Material provided

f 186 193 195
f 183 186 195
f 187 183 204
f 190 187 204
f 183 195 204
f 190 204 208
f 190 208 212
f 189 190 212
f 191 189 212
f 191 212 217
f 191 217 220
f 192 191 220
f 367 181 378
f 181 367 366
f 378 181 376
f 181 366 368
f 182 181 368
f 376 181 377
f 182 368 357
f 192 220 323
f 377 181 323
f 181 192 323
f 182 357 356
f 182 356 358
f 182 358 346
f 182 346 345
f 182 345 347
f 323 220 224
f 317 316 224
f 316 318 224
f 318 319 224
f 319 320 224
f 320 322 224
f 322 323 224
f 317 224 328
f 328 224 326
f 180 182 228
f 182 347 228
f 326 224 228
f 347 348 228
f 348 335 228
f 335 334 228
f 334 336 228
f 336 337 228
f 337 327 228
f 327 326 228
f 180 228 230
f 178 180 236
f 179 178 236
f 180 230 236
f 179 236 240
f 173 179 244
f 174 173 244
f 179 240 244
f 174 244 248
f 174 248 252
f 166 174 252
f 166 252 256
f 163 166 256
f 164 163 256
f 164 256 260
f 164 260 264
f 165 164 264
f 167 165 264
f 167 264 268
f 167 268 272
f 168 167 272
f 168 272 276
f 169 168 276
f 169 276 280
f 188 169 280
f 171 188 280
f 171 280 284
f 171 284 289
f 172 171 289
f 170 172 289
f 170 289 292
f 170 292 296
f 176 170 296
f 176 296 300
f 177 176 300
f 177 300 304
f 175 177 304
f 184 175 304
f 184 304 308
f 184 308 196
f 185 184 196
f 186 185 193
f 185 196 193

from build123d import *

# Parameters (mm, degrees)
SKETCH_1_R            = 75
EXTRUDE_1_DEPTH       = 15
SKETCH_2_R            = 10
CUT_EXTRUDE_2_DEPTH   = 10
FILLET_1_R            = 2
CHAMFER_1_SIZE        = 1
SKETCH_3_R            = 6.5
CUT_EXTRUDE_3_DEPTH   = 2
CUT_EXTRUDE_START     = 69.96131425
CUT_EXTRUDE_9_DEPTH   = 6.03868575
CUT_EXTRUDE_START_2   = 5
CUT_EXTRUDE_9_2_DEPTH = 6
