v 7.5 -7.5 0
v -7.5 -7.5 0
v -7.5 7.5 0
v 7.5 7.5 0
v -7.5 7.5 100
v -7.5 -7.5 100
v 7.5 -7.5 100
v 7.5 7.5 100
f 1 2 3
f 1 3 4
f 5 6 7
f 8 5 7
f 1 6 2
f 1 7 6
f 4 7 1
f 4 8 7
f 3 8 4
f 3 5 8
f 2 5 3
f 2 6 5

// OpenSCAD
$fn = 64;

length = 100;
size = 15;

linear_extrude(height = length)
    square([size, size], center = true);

==

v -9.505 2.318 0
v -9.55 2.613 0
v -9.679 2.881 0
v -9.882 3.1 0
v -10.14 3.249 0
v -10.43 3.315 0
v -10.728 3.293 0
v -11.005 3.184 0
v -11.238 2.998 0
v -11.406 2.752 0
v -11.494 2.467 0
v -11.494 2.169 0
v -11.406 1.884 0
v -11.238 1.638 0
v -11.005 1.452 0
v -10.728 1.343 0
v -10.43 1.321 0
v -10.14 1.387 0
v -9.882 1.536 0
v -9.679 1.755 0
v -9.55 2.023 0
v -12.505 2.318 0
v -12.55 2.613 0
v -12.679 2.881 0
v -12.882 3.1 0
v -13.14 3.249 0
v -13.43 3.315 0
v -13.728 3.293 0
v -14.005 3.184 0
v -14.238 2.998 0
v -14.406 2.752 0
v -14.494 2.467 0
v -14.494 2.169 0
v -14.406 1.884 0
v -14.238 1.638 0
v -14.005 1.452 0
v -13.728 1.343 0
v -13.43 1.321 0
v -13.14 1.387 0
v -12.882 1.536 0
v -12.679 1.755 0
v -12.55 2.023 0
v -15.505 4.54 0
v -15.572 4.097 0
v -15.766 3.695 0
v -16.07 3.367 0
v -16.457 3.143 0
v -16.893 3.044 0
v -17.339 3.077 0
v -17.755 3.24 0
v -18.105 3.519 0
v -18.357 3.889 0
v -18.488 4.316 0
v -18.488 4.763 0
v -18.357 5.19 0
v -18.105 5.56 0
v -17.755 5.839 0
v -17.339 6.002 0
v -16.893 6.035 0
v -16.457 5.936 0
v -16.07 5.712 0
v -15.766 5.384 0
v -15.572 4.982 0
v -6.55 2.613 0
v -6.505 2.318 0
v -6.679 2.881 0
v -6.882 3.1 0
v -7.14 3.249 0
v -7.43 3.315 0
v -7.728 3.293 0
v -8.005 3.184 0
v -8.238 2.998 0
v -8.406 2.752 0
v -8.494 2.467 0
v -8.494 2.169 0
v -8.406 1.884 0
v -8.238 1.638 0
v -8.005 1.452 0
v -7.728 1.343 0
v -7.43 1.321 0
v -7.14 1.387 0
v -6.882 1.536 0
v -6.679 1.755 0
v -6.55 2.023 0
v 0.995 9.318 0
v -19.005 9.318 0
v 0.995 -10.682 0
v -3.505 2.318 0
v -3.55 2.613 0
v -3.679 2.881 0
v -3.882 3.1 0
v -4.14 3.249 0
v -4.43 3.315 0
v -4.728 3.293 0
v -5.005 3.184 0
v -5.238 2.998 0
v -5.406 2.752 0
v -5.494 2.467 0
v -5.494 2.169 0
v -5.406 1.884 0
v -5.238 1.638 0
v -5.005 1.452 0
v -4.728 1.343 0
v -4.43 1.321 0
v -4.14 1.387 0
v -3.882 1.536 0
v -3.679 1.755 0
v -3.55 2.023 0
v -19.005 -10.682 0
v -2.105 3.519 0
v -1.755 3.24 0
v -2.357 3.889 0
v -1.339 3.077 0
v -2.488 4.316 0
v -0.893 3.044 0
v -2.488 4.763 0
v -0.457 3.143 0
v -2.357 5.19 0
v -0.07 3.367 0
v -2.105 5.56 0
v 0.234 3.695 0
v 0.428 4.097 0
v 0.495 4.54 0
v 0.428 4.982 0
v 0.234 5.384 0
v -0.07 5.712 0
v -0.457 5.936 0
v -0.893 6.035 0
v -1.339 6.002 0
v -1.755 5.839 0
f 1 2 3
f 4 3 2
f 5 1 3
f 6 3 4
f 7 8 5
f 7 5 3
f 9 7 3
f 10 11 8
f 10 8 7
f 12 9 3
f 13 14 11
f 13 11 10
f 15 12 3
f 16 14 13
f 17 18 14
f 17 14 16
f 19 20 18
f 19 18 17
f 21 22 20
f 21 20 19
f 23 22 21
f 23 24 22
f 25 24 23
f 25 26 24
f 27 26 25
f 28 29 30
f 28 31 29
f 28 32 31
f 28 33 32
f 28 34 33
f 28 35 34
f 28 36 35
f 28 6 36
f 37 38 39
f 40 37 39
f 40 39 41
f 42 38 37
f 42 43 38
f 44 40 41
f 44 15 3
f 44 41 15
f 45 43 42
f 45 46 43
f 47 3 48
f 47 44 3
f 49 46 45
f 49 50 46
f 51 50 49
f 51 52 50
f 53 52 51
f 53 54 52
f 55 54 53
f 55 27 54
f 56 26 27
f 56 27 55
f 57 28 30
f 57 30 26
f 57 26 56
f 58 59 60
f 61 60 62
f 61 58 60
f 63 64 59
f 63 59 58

Work request
What you return must be the lines above that run from the line with "v -11.406 1.884 0" to the line with "v 0.995 9.318 0", inclusive, each copied exactly.

Solution below
v -11.406 1.884 0
v -11.238 1.638 0
v -11.005 1.452 0
v -10.728 1.343 0
v -10.43 1.321 0
v -10.14 1.387 0
v -9.882 1.536 0
v -9.679 1.755 0
v -9.55 2.023 0
v -12.505 2.318 0
v -12.55 2.613 0
v -12.679 2.881 0
v -12.882 3.1 0
v -13.14 3.249 0
v -13.43 3.315 0
v -13.728 3.293 0
v -14.005 3.184 0
v -14.238 2.998 0
v -14.406 2.752 0
v -14.494 2.467 0
v -14.494 2.169 0
v -14.406 1.884 0
v -14.238 1.638 0
v -14.005 1.452 0
v -13.728 1.343 0
v -13.43 1.321 0
v -13.14 1.387 0
v -12.882 1.536 0
v -12.679 1.755 0
v -12.55 2.023 0
v -15.505 4.54 0
v -15.572 4.097 0
v -15.766 3.695 0
v -16.07 3.367 0
v -16.457 3.143 0
v -16.893 3.044 0
v -17.339 3.077 0
v -17.755 3.24 0
v -18.105 3.519 0
v -18.357 3.889 0
v -18.488 4.316 0
v -18.488 4.763 0
v -18.357 5.19 0
v -18.105 5.56 0
v -17.755 5.839 0
v -17.339 6.002 0
v -16.893 6.035 0
v -16.457 5.936 0
v -16.07 5.712 0
v -15.766 5.384 0
v -15.572 4.982 0
v -6.55 2.613 0
v -6.505 2.318 0
v -6.679 2.881 0
v -6.882 3.1 0
v -7.14 3.249 0
v -7.43 3.315 0
v -7.728 3.293 0
v -8.005 3.184 0
v -8.238 2.998 0
v -8.406 2.752 0
v -8.494 2.467 0
v -8.494 2.169 0
v -8.406 1.884 0
v -8.238 1.638 0
v -8.005 1.452 0
v -7.728 1.343 0
v -7.43 1.321 0
v -7.14 1.387 0
v -6.882 1.536 0
v -6.679 1.755 0
v -6.55 2.023 0
v 0.995 9.318 0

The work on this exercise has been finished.